For cGAS KO, oligonucleotides that delete the first exon containing ATG sites and target the following sequence: upstream 5′-GGCCAGCCTCTTCGCGGCAT-3′ and downstream 5′-GGCCCCCATTCTCGTACGGA-3′ (Invitrogen), were synthesized by Integrated DNA Technologies. They were inserted into PX330 plasmids and transfected into U2OS-TRE cells. Primers designed for genotyping polymerase chain reaction (PCR) were as follows: forward, 5′-TGTTTTGTGATGGACTCTTTTTC-3′; reverse, 5′-CGTGCTCATAGTAGCTCCCGGTG-3′ (Invitrogen). After 48 hours, single cells were spread in a 96-well plate to obtain monoclonal colonies.

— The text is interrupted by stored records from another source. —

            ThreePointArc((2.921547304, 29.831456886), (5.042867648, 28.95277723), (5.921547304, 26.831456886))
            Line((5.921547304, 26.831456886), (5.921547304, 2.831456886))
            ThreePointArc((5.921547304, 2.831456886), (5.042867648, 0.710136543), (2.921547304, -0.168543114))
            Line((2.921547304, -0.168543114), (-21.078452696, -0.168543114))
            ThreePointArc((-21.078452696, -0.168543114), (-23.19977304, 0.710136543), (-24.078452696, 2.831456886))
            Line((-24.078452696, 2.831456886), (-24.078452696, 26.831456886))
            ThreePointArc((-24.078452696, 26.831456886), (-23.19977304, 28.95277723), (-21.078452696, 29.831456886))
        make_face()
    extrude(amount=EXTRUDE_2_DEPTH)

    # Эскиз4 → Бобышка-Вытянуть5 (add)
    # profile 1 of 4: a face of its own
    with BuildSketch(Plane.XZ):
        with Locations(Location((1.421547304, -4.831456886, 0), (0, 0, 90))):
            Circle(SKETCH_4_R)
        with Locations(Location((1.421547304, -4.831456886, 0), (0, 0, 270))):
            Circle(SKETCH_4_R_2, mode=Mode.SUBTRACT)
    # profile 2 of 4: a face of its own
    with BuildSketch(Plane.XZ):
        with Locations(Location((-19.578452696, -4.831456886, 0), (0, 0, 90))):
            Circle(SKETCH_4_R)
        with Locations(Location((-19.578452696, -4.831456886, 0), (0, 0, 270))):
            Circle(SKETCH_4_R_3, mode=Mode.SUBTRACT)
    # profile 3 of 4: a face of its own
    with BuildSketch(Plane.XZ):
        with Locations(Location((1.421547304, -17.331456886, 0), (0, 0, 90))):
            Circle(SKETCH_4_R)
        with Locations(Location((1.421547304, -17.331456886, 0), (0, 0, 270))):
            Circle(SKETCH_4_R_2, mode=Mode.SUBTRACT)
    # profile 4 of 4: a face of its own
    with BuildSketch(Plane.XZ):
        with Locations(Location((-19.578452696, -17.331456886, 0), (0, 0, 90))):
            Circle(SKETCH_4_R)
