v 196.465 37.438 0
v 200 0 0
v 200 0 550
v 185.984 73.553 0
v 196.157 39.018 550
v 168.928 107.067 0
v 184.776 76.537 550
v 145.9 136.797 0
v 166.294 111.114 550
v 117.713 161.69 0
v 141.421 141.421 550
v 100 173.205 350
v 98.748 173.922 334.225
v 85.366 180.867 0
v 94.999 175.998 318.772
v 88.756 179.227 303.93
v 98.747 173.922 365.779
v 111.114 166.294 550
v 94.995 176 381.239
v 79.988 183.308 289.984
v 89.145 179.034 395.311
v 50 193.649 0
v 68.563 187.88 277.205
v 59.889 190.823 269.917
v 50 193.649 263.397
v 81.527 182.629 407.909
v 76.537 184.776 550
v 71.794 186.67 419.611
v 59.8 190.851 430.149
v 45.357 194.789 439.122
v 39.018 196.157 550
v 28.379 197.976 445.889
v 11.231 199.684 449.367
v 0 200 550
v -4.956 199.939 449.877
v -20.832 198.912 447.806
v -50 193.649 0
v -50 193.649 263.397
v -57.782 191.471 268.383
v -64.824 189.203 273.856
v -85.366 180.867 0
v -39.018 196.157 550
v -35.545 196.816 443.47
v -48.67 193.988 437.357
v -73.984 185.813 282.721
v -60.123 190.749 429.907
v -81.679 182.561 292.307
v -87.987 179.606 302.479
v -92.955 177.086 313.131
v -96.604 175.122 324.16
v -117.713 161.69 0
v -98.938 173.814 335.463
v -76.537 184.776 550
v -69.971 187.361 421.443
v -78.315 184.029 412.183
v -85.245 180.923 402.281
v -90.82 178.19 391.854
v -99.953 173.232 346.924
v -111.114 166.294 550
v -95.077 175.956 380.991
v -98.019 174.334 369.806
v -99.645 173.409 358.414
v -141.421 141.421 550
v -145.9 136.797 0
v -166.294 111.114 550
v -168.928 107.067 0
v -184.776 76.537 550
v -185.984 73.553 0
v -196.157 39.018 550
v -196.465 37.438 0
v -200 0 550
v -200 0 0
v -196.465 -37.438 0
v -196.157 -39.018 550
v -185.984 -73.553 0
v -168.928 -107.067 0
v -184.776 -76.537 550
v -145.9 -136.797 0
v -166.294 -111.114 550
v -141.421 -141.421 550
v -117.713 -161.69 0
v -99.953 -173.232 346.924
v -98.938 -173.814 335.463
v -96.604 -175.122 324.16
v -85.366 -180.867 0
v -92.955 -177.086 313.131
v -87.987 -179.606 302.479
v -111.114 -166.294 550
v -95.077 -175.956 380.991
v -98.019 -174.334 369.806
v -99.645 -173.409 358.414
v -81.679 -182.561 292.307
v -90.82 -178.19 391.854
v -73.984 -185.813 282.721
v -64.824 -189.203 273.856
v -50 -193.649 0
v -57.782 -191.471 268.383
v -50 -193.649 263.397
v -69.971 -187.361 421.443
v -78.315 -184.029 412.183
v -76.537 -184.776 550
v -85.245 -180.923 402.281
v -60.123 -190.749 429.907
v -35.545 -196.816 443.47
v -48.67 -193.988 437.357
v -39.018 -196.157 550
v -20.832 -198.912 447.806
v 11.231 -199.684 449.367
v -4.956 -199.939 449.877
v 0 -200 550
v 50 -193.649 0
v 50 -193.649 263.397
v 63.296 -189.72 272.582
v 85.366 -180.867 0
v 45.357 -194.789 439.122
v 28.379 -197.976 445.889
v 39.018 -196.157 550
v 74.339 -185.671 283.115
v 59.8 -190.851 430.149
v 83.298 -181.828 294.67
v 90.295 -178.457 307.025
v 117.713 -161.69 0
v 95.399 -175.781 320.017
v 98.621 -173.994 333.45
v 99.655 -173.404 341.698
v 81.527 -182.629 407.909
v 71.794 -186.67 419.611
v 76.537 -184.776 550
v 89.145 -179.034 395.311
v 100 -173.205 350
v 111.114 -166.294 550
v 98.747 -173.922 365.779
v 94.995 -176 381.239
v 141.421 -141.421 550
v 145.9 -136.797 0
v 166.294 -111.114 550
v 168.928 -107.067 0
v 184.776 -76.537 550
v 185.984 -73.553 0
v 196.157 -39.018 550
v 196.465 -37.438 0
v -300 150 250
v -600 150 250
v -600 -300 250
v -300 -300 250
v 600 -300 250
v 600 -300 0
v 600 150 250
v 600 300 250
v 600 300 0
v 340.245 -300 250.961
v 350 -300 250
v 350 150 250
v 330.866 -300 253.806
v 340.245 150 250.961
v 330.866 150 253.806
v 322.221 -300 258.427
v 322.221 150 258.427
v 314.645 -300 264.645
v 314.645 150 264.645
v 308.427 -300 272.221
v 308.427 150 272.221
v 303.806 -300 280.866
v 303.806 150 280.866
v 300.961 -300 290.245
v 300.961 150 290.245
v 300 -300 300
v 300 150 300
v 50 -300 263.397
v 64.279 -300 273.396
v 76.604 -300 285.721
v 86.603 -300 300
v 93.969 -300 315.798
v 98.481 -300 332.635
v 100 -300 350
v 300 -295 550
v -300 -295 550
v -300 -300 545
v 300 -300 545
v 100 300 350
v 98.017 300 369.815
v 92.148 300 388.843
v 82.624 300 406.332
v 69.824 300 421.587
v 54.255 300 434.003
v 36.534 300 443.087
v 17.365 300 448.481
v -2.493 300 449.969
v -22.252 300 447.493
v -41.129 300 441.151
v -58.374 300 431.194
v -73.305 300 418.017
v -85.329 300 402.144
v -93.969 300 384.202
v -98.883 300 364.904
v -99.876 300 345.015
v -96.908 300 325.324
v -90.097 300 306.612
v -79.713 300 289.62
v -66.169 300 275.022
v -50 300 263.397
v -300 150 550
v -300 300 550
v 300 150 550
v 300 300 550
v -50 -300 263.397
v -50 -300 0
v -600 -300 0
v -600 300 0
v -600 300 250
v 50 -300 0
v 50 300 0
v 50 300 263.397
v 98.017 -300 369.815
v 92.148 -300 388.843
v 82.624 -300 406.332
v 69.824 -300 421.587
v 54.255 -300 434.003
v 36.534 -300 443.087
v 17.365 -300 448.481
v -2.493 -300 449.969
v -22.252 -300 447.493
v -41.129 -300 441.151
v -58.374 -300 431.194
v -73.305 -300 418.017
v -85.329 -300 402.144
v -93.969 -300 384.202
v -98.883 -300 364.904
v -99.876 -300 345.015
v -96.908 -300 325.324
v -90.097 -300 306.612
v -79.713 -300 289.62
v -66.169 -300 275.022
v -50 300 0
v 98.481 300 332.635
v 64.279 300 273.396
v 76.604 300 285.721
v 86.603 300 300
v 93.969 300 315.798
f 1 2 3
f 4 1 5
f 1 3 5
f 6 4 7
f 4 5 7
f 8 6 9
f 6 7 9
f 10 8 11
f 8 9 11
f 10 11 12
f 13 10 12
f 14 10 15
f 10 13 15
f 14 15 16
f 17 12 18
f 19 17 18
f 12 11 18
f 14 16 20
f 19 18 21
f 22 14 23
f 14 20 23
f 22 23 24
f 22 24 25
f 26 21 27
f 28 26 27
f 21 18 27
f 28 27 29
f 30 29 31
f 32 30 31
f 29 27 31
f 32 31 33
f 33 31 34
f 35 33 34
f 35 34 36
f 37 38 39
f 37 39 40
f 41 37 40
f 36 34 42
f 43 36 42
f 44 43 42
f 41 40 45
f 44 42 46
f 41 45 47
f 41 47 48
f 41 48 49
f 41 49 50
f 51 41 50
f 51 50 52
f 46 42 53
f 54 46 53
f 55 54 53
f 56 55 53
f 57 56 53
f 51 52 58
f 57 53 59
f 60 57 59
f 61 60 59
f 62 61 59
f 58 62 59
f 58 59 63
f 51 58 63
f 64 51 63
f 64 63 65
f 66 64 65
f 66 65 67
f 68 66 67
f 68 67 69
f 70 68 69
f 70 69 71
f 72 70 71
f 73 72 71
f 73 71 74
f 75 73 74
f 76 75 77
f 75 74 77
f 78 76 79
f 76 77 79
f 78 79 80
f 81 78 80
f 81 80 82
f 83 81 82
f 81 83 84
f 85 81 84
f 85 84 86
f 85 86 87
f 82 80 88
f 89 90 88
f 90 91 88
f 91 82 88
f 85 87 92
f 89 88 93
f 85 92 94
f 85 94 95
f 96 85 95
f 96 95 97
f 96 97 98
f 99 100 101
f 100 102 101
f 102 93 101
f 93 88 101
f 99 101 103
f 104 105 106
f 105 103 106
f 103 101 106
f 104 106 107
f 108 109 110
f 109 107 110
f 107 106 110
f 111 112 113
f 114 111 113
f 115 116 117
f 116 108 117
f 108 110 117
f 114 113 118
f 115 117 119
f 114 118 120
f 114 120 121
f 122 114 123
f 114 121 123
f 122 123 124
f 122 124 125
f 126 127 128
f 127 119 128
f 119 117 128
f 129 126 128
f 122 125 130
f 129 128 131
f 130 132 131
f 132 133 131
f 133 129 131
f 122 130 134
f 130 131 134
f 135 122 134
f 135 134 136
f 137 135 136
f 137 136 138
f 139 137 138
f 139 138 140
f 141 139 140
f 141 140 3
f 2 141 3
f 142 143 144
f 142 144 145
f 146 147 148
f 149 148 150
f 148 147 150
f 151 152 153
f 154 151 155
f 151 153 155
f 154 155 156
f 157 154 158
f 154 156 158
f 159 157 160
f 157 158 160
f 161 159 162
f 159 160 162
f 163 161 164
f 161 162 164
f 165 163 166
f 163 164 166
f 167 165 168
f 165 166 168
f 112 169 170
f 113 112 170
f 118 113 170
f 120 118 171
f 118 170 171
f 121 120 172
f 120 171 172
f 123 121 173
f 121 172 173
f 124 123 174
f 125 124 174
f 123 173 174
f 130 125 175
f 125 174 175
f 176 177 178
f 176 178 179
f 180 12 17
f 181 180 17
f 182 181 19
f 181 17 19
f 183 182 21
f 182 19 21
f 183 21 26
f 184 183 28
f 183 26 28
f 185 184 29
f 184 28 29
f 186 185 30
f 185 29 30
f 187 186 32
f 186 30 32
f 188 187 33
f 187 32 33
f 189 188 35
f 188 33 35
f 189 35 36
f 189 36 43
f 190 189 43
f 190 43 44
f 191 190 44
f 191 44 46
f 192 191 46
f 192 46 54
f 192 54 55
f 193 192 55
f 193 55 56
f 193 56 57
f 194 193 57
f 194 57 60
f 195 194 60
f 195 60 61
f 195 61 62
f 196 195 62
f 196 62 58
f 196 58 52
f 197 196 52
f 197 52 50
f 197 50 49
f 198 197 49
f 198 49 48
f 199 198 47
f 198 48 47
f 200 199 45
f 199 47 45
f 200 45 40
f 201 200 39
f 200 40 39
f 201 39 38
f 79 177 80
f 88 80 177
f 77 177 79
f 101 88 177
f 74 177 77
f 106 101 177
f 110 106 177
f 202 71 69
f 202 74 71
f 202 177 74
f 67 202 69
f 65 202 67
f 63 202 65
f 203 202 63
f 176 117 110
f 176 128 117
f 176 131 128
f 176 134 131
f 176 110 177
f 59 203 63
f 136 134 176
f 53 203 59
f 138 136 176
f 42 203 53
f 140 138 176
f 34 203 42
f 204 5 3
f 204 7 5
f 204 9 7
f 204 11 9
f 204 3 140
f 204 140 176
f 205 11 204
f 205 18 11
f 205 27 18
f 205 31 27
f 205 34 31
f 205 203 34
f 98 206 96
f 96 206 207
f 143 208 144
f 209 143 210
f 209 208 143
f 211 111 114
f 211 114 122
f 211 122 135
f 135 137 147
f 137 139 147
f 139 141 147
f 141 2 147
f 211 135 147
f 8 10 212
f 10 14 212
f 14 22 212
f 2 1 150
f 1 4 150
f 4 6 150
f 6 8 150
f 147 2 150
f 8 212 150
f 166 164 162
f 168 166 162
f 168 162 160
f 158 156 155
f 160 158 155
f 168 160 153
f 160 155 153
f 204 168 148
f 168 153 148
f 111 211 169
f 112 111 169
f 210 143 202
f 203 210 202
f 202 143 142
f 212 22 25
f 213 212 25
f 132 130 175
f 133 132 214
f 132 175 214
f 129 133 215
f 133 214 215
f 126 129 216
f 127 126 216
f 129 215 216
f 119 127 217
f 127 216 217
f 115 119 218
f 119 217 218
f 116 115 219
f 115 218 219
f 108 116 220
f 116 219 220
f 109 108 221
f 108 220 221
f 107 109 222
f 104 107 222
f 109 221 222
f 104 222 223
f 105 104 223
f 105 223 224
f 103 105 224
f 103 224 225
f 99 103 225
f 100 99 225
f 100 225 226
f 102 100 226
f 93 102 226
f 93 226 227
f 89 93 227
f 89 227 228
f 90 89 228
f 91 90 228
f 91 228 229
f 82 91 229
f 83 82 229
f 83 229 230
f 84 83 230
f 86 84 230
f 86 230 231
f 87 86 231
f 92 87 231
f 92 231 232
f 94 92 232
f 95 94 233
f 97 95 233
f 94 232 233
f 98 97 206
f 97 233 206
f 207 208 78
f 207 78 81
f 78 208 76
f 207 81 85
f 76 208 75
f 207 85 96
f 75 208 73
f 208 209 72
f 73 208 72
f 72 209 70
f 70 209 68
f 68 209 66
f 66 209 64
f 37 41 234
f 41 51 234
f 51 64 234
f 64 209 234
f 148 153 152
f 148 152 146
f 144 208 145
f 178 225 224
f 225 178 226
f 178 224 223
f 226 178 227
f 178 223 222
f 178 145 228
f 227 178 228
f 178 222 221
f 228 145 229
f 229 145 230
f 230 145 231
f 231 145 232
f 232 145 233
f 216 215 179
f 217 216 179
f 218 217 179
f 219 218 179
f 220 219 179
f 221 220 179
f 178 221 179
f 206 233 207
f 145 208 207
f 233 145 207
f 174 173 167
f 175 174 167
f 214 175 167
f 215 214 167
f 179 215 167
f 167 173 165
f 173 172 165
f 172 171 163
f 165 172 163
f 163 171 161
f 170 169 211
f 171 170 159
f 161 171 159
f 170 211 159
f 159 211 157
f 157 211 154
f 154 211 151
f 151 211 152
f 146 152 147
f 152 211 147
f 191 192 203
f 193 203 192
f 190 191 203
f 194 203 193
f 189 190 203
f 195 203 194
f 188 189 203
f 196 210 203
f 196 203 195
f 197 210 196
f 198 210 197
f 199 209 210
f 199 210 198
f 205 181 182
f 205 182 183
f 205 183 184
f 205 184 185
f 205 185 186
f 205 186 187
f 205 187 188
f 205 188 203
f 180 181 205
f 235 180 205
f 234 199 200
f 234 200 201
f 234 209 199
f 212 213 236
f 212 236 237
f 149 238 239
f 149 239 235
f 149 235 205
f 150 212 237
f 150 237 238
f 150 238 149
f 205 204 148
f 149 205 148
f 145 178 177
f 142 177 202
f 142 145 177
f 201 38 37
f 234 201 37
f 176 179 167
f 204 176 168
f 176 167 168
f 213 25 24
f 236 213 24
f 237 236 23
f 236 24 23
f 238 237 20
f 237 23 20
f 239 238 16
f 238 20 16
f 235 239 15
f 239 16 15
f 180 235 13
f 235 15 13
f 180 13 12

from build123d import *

# Parameters (mm, degrees)
F0_W      = 1200
F0_H      = 600
F1_DEPTH  = 250
F2_W      = 600
F2_H      = 600
F3_DEPTH  = 300
F4_R      = 200
F5_DEPTH  = 550.001
F6_W      = 300
F6_H      = 150
F7_DEPTH  = 300
F8_W      = 300
F8_H      = 150
F9_DEPTH  = 300
F11_DEPTH = 600.001
F13_DEPTH = 150.0010001
F15_DEPTH = 150.0010001
F16_R     = 50
F17_SIZE2 = 5
F17_SIZE  = 5


with BuildPart() as f1:
    # F0 (on Top) → F1 (new body)
    with BuildSketch(Plane.XY):
        Rectangle(F0_W, F0_H)
    extrude(amount=F1_DEPTH)

    # F2 (on face) → F3 (join)
    with BuildSketch(Plane.XY.offset(250)):
        Rectangle(F2_W, F2_H)
    extrude(amount=F3_DEPTH)

    # F4 (on face) → F5 (cut, through all)
    with BuildSketch(Plane.XY.offset(550)):
        Circle(F4_R)
    extrude(amount=-F5_DEPTH, mode=Mode.SUBTRACT)

    # F6 (on face) → F7 (join)
    with BuildSketch(Plane.XY.offset(250)):
        with Locations((450, 225)):
            Rectangle(F6_W, F6_H)
    extrude(amount=F7_DEPTH)

    # F8 (on face) → F9 (join)
    with BuildSketch(Plane.XY.offset(250)):
        with Locations((-450, 225)):
            Rectangle(F8_W, F8_H)
    extrude(amount=F9_DEPTH)

    # F10 (on face) → F11 (cut, through all)
    with BuildSketch(Plane.XZ.offset(300)):
        with BuildLine():
            ThreePointArc((50, 263.3974596216), (86.6025403784, 300), (100, 350))
            ThreePointArc((100, 350), (-50, 436.6025403784), (-50, 263.3974596216))
            ThreePointArc((-50, 263.3974596216), (0, 250), (50, 263.3974596216))
        make_face()
        with BuildLine():
            ThreePointArc((50, 263.3974596216), (0, 250), (-50, 263.3974596216))
            Line((-50, 263.3974596216), (-50, 0))
            Line((-50, 0), (50, 0))
            Line((50, 0), (50, 263.3974596216))
        make_face()
    extrude(amount=-F11_DEPTH, mode=Mode.SUBTRACT)

    # F12 (on face) → F13 (cut, through all)
    with BuildSketch(Plane.XZ.offset(-150)):
        Polygon((600, 550), (300, 550), (600, 250), align=None)
    extrude(amount=-F13_DEPTH, mode=Mode.SUBTRACT)

    # F14 (on face) → F15 (cut, through all)
    with BuildSketch(Plane.XZ.offset(-150)):
        Polygon((-600, 250), (-300, 550), (-600, 550), align=None)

For U2OS-TRE green fluorescent protein (GFP)–cGAS stable expression, complementary DNAs of WT and mutant cGAS were subcloned into the pTY-IRES-Hygro vector with an N-terminal flag tag. The vectors were cotransfected with packaging plasmids into 293FT cells for virus packaging. The culture medium was changed 8 hours after transfection. Forty-eight hours later, the medium was collected and filtered with a 0.45-μm filter (Millex-HA, SLHAM33SS). The U2OS-TRE cells were cultured in a medium mixed with normal DMEM (10% FBS) at a 1:1 ratio. Polybrene (10 μg/ml) was added to the culture system to promote efficiency. Forty-eight hours later, the cells were cultured in DMEM (10% FBS) with hygromycin (1 μg/ml), and the medium was changed once every 2 days.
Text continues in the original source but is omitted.